-- What you have to do --
Tally up the lines in the following entries where the string "CIRCLE" appears, and answer with the number alone.
^^^^^^^^
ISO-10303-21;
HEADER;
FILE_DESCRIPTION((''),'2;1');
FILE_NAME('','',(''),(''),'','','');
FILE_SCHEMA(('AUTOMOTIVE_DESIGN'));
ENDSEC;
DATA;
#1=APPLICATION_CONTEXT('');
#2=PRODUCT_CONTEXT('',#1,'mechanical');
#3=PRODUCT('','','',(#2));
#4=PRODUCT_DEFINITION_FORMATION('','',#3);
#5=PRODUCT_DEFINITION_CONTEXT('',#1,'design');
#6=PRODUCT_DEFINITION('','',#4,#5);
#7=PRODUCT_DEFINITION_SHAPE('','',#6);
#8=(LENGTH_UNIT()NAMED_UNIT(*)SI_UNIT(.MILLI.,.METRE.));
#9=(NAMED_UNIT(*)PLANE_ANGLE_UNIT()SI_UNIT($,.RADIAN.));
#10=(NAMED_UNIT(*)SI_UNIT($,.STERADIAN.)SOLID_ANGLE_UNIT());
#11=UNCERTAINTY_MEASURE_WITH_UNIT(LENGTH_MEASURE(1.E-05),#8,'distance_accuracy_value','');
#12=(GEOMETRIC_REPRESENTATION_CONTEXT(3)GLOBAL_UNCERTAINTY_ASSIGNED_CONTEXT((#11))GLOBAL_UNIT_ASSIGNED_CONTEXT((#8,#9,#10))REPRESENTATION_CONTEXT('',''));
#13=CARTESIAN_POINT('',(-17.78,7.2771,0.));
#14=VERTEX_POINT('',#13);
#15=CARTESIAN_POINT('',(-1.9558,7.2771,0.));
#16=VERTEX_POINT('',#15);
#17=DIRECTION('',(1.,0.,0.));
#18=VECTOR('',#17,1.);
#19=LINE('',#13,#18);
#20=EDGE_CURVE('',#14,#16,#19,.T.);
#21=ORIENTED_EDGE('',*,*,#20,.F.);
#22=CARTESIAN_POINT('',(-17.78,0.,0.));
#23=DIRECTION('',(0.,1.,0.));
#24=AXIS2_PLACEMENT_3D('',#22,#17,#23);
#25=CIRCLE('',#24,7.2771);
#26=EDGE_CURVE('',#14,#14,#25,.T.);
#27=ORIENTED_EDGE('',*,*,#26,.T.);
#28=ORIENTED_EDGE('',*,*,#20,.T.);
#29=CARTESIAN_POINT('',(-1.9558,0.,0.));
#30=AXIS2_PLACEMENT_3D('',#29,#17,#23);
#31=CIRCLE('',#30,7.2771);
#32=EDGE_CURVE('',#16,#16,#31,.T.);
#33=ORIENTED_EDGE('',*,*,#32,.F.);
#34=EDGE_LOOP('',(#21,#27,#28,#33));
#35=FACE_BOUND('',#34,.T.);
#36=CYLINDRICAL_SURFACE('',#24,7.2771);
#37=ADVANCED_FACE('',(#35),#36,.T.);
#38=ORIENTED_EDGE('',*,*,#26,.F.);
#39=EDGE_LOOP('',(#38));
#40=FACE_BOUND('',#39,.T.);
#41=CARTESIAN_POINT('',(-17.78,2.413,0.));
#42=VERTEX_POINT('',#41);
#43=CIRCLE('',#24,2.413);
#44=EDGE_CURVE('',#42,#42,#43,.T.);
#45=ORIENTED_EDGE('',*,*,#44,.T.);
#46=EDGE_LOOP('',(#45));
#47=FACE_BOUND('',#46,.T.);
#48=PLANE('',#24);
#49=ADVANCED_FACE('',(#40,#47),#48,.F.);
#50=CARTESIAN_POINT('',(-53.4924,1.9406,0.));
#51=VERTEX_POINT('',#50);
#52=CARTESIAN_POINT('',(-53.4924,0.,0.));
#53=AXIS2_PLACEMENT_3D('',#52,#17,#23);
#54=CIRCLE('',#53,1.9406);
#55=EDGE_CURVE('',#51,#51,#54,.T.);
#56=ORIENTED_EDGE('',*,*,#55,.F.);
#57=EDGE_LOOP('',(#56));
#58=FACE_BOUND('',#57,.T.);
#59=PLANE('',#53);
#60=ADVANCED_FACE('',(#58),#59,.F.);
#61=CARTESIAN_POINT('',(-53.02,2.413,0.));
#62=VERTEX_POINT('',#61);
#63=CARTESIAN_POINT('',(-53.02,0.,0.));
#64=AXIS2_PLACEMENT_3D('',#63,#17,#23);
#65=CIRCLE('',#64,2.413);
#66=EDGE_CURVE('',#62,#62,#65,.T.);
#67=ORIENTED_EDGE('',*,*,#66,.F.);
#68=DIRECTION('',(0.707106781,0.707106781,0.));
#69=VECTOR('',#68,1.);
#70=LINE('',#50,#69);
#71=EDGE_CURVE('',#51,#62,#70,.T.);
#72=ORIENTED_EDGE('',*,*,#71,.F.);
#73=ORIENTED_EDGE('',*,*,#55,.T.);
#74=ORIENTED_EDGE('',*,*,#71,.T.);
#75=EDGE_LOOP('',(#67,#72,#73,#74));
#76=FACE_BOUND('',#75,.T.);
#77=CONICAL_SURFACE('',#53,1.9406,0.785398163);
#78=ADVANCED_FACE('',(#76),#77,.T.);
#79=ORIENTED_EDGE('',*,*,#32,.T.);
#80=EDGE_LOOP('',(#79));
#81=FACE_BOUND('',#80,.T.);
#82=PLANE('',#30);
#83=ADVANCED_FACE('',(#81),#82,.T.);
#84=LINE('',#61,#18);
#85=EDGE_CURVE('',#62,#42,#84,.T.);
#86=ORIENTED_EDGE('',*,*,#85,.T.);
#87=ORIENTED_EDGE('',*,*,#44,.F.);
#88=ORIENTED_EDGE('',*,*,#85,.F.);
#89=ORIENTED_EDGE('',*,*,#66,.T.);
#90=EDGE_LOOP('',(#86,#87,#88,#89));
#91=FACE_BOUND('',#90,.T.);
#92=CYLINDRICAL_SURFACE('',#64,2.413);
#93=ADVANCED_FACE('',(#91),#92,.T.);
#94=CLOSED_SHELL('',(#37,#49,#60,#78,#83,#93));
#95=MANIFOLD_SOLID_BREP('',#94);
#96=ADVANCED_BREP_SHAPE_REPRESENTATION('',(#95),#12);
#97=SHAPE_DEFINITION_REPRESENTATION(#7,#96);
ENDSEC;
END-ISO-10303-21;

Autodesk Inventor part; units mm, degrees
sketch "Sketch_5" plane through (0, 0, 0) normal (0, 0, 1) x (1, 0, 0)
  line L0 (-9.525, 0) -> (-53.4924, 0)
  line L1 (-53.4924, 0) -> (-53.4924, 1.9406)
  line L2 (-53.4924, 1.9406) -> (-53.02, 2.413)
  line L3 (-53.02, 2.413) -> (-9.525, 2.413)
  line L4 (-9.525, 2.413) -> (-9.525, 0)
  line L5 (-9.525, 0) -> (-53.4924, 0)
revolve "Revolution1" add sketch "Sketch_5" angle 360 about axis through (-9.525, 0, 0) along (1, 0, 0)
sketch "Sketch_14" plane through (0, 0, 0) normal (0, 0, 1) x (1, 0, 0)
  line L0 (-1.9558, 0) -> (-17.78, 0)
  line L1 (-17.78, 0) -> (-17.78, 7.2771)
  line L2 (-17.78, 7.2771) -> (-1.9558, 7.2771)
  line L3 (-1.9558, 7.2771) -> (-1.9558, 0)
  line L4 (-1.9558, 0) -> (-17.78, 0)
revolve "Revolution2" add sketch "Sketch_14" angle 360 about axis through (-1.9558, 0, 0) along (1, 0, 0)
ref_plane "h1_XY" through (-53.4924, 0, 0) normal (0, 1, 0) x (1, 0, 0)
ref_plane "h1_YZ" through (-53.4924, 0, 0) normal (1, 0, 0) x (0, 0, -1)
ref_plane "h1_ZX" through (-53.4924, 0, 0) normal (0, 0, -1) x (0, 1, 0)
ref_plane "h2_XY" through (-53.4924, 0, 0) normal (0, 1, 0) x (1, 0, 0)
ref_plane "h2_YZ" through (-53.4924, 0, 0) normal (1, 0, 0) x (0, 0, -1)
ref_plane "h2_ZX" through (-53.4924, 0, 0) normal (0, 0, -1) x (0, 1, 0)
ref_plane "k1_XY" through (-53.4924, 0, -2.413) normal (0, 1, 0) x (1, 0, 0)
ref_plane "k1_YZ" through (-53.4924, 0, -2.413) normal (1, 0, 0) x (0, 0, -1)
ref_plane "k1_ZX" through (-53.4924, 0, -2.413) normal (0, 0, -1) x (0, 1, 0)
ref_plane "k2_XY" through (-53.4924, 0, 2.413) normal (0, 1, 0) x (1, 0, 0)
ref_plane "k2_YZ" through (-53.4924, 0, 2.413) normal (1, 0, 0) x (0, 0, -1)
ref_plane "k2_ZX" through (-53.4924, 0, 2.413) normal (0, 0, -1) x (0, 1, 0)
ref_plane "start_XY" through (-40.7924, 0, 0) normal (0, 1, 0) x (1, 0, 0)
ref_plane "start_YZ" through (-40.7924, 0, 0) normal (1, 0, 0) x (0, 0, -1)
ref_plane "start_ZX" through (-40.7924, 0, 0) normal (0, 0, -1) x (0, 1, 0)
ref_plane "to_prc_XY" through (-53.4924, 0, 0) normal (1, 0, 0) x (0, 0, -1)
ref_plane "to_prc_YZ" through (-53.4924, 0, 0) normal (0, 0, -1) x (0, 1, 0)
ref_plane "to_prc_ZX" through (-53.4924, 0, 0) normal (0, 1, 0) x (1, 0, 0)
ref_plane "to_rod_guide_XY" through (-53.4924, 0, 0) normal (1, 0, 0) x (0, 0, -1)
ref_plane "to_rod_guide_YZ" through (-53.4924, 0, 0) normal (0, 0, -1) x (0, 1, 0)
ref_plane "to_rod_guide_ZX" through (-53.4924, 0, 0) normal (0, 1, 0) x (1, 0, 0)
properties part number "D-95380.25-2XP-2.106-3pos"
^^^^^^^^
-- Response box --
5